__Work instructions__
Among the entries below, only the lines starting at the one with "-8.632579818), (40.250735294, -7.032579818))" and ending at the one with "# FreeCAD 1.0 macro for this part", both included, are to be printed exactly.

++++ Provided entries

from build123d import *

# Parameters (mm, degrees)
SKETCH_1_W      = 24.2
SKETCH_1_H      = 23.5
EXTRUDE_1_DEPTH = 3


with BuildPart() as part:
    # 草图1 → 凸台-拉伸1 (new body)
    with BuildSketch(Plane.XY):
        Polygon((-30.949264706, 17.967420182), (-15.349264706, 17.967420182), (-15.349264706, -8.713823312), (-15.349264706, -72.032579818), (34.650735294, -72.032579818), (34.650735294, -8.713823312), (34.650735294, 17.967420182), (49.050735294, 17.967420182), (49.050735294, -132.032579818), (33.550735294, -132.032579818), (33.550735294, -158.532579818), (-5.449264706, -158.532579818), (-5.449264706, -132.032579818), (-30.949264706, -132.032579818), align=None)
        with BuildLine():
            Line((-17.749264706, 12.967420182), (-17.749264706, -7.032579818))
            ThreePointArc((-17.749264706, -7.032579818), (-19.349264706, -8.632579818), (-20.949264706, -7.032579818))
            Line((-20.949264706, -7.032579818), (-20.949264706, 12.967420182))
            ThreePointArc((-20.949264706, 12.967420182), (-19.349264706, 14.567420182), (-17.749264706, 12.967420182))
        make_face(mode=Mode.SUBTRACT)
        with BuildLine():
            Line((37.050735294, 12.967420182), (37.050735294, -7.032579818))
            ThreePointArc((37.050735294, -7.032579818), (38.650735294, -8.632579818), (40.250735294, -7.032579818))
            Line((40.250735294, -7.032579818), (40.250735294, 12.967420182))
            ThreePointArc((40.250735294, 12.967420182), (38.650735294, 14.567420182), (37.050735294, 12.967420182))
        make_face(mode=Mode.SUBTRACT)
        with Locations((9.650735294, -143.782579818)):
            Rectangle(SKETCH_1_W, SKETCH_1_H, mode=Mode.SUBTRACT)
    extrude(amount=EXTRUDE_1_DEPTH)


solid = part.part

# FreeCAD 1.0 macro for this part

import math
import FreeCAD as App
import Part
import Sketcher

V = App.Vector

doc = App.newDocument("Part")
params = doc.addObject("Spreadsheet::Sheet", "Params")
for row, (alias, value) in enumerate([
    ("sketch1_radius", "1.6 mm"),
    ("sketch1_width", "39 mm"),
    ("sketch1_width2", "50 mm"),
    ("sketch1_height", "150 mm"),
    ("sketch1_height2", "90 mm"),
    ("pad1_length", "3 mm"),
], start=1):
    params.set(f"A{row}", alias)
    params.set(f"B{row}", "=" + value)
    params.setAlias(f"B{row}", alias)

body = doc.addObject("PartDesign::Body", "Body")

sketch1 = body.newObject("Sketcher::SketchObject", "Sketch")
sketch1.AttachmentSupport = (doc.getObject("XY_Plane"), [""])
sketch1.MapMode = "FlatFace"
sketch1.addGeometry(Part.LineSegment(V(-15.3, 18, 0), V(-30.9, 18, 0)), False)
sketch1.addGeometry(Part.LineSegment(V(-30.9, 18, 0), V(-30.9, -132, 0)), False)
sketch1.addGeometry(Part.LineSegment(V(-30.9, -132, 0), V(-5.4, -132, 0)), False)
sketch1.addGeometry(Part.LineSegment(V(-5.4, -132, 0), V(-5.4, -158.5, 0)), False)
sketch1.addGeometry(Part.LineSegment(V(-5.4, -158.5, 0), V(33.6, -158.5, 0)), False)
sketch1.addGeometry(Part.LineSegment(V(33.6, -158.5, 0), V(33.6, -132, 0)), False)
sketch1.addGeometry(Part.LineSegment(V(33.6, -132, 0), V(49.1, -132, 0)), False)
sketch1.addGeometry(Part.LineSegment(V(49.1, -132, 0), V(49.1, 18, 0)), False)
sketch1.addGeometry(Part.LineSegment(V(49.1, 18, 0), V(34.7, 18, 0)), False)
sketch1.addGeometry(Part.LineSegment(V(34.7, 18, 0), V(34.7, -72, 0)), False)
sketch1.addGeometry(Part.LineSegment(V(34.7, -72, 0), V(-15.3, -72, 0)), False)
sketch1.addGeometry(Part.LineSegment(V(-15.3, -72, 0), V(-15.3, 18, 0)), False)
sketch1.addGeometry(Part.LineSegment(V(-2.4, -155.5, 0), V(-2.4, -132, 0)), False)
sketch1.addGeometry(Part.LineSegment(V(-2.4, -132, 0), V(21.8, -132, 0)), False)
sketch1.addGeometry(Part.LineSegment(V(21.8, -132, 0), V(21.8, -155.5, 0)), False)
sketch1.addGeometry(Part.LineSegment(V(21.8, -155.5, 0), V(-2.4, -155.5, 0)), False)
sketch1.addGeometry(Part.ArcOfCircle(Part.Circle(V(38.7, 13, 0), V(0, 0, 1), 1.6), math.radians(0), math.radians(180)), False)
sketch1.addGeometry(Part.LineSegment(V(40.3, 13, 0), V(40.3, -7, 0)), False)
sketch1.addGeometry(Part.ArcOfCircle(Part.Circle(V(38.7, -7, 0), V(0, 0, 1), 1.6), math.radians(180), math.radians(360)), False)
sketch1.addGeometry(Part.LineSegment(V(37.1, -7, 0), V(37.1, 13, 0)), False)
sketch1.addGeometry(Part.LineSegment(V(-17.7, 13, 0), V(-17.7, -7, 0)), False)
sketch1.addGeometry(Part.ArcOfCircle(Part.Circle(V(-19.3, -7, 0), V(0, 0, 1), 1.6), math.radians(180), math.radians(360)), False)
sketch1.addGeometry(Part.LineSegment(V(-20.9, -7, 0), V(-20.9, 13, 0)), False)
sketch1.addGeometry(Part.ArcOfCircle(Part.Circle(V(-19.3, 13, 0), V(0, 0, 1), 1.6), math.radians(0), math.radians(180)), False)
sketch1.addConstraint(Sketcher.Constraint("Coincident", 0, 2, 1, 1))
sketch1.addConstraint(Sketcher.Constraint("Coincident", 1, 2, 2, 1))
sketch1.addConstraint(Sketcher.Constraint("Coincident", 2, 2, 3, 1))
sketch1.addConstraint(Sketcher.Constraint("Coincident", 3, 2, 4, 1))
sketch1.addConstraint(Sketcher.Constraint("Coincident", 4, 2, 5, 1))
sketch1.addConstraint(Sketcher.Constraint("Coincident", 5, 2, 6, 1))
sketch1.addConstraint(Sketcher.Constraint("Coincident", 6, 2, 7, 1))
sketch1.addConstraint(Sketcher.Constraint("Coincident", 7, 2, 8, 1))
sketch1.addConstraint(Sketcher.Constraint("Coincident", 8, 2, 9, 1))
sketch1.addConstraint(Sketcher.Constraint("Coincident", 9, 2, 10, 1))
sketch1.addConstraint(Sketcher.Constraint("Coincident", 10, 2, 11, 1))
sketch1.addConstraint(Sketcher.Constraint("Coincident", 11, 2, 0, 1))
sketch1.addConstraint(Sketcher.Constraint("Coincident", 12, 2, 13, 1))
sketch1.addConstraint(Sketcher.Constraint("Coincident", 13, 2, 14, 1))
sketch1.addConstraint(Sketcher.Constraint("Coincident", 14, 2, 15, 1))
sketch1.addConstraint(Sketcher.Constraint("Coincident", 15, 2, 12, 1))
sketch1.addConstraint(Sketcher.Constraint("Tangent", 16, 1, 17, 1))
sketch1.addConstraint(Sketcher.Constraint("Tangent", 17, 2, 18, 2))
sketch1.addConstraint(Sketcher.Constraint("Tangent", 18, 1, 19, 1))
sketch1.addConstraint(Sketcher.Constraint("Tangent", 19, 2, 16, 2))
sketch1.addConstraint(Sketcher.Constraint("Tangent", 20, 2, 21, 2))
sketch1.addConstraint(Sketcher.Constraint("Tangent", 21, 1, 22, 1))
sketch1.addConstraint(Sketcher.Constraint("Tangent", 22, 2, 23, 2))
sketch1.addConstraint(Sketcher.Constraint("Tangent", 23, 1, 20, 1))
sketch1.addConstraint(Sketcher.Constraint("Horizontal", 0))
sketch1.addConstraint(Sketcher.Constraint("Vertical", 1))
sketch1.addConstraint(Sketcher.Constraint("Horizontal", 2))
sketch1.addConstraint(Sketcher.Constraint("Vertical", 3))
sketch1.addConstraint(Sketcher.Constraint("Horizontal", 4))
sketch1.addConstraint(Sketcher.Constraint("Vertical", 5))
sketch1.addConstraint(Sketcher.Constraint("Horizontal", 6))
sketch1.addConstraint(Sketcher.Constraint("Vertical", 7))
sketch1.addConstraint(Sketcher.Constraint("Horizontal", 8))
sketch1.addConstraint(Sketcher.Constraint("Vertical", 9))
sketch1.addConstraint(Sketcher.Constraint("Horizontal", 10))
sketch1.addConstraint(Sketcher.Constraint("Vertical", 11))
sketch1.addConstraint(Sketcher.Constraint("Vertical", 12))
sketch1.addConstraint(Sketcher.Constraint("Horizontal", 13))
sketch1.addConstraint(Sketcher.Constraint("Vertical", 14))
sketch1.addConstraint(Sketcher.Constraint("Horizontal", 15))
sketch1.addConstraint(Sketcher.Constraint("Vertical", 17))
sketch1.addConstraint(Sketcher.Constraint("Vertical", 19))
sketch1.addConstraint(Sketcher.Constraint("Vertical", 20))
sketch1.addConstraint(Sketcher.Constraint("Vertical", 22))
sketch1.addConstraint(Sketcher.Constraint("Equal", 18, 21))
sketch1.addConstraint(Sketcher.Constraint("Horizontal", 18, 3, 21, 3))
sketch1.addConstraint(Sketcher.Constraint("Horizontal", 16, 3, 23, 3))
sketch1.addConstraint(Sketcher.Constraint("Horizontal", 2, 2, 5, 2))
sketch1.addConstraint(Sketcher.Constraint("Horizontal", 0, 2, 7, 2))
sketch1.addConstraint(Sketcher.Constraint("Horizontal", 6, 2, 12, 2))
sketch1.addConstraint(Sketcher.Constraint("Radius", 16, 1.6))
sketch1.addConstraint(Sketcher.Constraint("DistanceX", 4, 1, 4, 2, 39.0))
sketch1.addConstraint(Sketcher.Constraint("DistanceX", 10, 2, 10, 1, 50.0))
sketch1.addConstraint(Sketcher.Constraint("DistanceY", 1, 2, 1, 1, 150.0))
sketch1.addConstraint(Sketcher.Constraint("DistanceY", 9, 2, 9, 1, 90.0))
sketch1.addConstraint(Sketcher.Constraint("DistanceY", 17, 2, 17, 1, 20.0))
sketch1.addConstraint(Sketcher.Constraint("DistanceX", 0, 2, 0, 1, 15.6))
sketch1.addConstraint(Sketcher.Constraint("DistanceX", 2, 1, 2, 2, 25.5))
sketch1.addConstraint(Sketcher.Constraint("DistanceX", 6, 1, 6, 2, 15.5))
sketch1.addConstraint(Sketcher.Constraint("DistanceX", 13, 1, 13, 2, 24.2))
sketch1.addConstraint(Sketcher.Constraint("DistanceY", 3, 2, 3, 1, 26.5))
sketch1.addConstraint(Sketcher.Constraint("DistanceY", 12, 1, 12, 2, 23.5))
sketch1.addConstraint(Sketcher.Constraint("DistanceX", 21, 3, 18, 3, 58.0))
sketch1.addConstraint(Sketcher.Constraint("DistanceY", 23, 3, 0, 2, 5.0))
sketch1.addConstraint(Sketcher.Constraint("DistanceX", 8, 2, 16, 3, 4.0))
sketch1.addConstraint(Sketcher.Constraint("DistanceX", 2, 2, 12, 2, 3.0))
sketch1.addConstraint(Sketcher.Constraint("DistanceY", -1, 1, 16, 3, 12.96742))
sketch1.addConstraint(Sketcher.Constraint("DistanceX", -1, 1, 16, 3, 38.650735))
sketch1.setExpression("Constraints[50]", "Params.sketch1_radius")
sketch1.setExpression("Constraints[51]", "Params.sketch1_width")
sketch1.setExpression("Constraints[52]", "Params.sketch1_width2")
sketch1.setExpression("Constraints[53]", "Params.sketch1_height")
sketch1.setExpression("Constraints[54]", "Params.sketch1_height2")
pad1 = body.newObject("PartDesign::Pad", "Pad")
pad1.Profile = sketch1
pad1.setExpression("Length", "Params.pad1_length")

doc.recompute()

++++++++

__Exercise output__
            ThreePointArc((37.050735294, -7.032579818), (38.650735294, -8.632579818), (40.250735294, -7.032579818))
            Line((40.250735294, -7.032579818), (40.250735294, 12.967420182))
            ThreePointArc((40.250735294, 12.967420182), (38.650735294, 14.567420182), (37.050735294, 12.967420182))
        make_face(mode=Mode.SUBTRACT)
        with Locations((9.650735294, -143.782579818)):
            Rectangle(SKETCH_1_W, SKETCH_1_H, mode=Mode.SUBTRACT)
    extrude(amount=EXTRUDE_1_DEPTH)


solid = part.part

# FreeCAD 1.0 macro for this part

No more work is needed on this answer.